(The problem) Output nothing but the lines from the first line of the entries to the line with "f 83 228 215", inclusive, exactly as they read.

:: Task input

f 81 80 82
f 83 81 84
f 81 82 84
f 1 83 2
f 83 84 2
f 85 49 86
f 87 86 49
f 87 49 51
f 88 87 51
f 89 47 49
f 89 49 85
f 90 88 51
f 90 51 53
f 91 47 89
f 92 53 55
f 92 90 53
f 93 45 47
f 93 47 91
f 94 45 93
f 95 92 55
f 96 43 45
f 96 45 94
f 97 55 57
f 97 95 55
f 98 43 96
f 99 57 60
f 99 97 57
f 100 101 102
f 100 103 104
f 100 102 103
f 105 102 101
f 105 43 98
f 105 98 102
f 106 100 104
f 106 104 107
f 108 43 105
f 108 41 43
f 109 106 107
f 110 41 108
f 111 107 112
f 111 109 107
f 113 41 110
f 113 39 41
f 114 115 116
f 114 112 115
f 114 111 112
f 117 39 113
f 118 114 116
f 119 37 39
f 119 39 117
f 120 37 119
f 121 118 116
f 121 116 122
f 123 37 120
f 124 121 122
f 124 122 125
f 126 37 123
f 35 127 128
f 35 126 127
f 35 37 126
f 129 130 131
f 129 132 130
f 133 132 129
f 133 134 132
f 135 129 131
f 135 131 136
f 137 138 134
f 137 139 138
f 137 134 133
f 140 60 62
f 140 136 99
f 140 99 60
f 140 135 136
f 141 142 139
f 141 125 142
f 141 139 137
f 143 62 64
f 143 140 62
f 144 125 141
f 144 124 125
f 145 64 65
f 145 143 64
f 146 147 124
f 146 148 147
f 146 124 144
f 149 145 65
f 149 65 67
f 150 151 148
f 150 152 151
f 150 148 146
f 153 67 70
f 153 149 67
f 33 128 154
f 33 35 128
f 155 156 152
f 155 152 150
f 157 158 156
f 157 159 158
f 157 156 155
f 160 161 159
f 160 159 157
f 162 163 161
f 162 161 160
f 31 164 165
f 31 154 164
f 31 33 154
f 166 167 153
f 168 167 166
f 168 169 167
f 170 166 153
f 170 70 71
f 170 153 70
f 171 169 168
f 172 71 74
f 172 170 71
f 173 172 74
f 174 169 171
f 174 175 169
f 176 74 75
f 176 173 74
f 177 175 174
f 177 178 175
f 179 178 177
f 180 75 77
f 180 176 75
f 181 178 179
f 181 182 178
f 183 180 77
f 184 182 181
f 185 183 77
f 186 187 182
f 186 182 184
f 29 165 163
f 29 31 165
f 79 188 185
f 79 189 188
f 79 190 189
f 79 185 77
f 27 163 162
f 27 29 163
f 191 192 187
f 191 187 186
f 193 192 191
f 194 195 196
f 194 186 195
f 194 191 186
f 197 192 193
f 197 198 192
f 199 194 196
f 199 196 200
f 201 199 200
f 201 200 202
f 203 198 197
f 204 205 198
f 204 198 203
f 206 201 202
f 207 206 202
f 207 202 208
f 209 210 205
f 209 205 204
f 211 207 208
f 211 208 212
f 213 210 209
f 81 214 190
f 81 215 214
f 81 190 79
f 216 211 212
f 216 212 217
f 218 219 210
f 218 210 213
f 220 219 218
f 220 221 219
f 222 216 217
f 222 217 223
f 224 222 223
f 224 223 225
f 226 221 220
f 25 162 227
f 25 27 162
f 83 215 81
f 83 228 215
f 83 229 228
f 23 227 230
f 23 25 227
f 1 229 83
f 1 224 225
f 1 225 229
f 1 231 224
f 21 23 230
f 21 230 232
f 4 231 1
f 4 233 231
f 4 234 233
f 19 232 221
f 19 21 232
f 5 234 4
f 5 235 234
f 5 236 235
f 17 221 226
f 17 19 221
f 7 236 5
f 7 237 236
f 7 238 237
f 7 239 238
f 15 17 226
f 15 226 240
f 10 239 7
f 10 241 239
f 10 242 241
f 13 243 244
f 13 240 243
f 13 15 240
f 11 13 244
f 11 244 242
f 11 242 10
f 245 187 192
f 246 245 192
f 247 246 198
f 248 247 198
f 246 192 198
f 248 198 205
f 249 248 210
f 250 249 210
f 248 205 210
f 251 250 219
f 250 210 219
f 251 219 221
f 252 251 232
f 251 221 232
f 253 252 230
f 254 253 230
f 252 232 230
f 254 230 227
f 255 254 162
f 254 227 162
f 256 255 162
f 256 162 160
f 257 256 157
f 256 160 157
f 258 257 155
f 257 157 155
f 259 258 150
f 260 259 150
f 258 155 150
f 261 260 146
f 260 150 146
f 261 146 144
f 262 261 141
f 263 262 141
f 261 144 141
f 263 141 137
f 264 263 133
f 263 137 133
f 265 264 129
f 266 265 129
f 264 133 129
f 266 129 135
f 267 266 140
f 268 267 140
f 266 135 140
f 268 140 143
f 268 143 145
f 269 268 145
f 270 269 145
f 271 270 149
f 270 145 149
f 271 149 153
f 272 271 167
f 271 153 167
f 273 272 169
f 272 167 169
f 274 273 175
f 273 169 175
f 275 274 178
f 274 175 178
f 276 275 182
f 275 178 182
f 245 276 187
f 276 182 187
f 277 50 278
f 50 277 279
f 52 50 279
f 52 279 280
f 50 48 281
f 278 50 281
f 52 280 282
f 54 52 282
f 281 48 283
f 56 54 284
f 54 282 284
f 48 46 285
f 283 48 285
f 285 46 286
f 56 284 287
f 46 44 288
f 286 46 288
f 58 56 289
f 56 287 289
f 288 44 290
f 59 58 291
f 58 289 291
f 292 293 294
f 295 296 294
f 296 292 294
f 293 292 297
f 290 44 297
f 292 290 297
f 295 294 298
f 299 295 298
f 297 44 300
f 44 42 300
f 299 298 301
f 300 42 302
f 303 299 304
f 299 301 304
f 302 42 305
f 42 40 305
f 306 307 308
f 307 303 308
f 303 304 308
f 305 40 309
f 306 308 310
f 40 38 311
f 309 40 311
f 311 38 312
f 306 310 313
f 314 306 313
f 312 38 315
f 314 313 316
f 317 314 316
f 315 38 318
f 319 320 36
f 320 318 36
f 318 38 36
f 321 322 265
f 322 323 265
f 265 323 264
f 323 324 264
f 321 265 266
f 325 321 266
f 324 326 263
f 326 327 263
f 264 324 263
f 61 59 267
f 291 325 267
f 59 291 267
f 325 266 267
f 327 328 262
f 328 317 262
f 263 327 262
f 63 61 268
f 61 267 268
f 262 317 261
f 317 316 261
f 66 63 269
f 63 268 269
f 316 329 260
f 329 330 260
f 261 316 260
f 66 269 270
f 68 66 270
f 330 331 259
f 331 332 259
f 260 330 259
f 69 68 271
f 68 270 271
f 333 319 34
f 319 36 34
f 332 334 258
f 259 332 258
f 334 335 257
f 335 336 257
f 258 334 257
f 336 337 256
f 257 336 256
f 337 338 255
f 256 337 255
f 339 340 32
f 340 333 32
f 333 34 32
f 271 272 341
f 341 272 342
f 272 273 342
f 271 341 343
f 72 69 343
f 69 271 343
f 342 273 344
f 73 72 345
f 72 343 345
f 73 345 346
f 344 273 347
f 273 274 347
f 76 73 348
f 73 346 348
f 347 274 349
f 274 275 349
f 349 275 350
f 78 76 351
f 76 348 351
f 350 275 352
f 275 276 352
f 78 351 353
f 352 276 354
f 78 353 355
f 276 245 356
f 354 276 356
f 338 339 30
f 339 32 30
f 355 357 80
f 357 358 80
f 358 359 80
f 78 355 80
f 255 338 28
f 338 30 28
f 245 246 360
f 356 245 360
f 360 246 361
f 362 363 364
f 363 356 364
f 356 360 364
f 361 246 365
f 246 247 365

::::

(Written solution)
f 81 80 82
f 83 81 84
f 81 82 84
f 1 83 2
f 83 84 2
f 85 49 86
f 87 86 49
f 87 49 51
f 88 87 51
f 89 47 49
f 89 49 85
f 90 88 51
f 90 51 53
f 91 47 89
f 92 53 55
f 92 90 53
f 93 45 47
f 93 47 91
f 94 45 93
f 95 92 55
f 96 43 45
f 96 45 94
f 97 55 57
f 97 95 55
f 98 43 96
f 99 57 60
f 99 97 57
f 100 101 102
f 100 103 104
f 100 102 103
f 105 102 101
f 105 43 98
f 105 98 102
f 106 100 104
f 106 104 107
f 108 43 105
f 108 41 43
f 109 106 107
f 110 41 108
f 111 107 112
f 111 109 107
f 113 41 110
f 113 39 41
f 114 115 116
f 114 112 115
f 114 111 112
f 117 39 113
f 118 114 116
f 119 37 39
f 119 39 117
f 120 37 119
f 121 118 116
f 121 116 122
f 123 37 120
f 124 121 122
f 124 122 125
f 126 37 123
f 35 127 128
f 35 126 127
f 35 37 126
f 129 130 131
f 129 132 130
f 133 132 129
f 133 134 132
f 135 129 131
f 135 131 136
f 137 138 134
f 137 139 138
f 137 134 133
f 140 60 62
f 140 136 99
f 140 99 60
f 140 135 136
f 141 142 139
f 141 125 142
f 141 139 137
f 143 62 64
f 143 140 62
f 144 125 141
f 144 124 125
f 145 64 65
f 145 143 64
f 146 147 124
f 146 148 147
f 146 124 144
f 149 145 65
f 149 65 67
f 150 151 148
f 150 152 151
f 150 148 146
f 153 67 70
f 153 149 67
f 33 128 154
f 33 35 128
f 155 156 152
f 155 152 150
f 157 158 156
f 157 159 158
f 157 156 155
f 160 161 159
f 160 159 157
f 162 163 161
f 162 161 160
f 31 164 165
f 31 154 164
f 31 33 154
f 166 167 153
f 168 167 166
f 168 169 167
f 170 166 153
f 170 70 71
f 170 153 70
f 171 169 168
f 172 71 74
f 172 170 71
f 173 172 74
f 174 169 171
f 174 175 169
f 176 74 75
f 176 173 74
f 177 175 174
f 177 178 175
f 179 178 177
f 180 75 77
f 180 176 75
f 181 178 179
f 181 182 178
f 183 180 77
f 184 182 181
f 185 183 77
f 186 187 182
f 186 182 184
f 29 165 163
f 29 31 165
f 79 188 185
f 79 189 188
f 79 190 189
f 79 185 77
f 27 163 162
f 27 29 163
f 191 192 187
f 191 187 186
f 193 192 191
f 194 195 196
f 194 186 195
f 194 191 186
f 197 192 193
f 197 198 192
f 199 194 196
f 199 196 200
f 201 199 200
f 201 200 202
f 203 198 197
f 204 205 198
f 204 198 203
f 206 201 202
f 207 206 202
f 207 202 208
f 209 210 205
f 209 205 204
f 211 207 208
f 211 208 212
f 213 210 209
f 81 214 190
f 81 215 214
f 81 190 79
f 216 211 212
f 216 212 217
f 218 219 210
f 218 210 213
f 220 219 218
f 220 221 219
f 222 216 217
f 222 217 223
f 224 222 223
f 224 223 225
f 226 221 220
f 25 162 227
f 25 27 162
f 83 215 81
f 83 228 215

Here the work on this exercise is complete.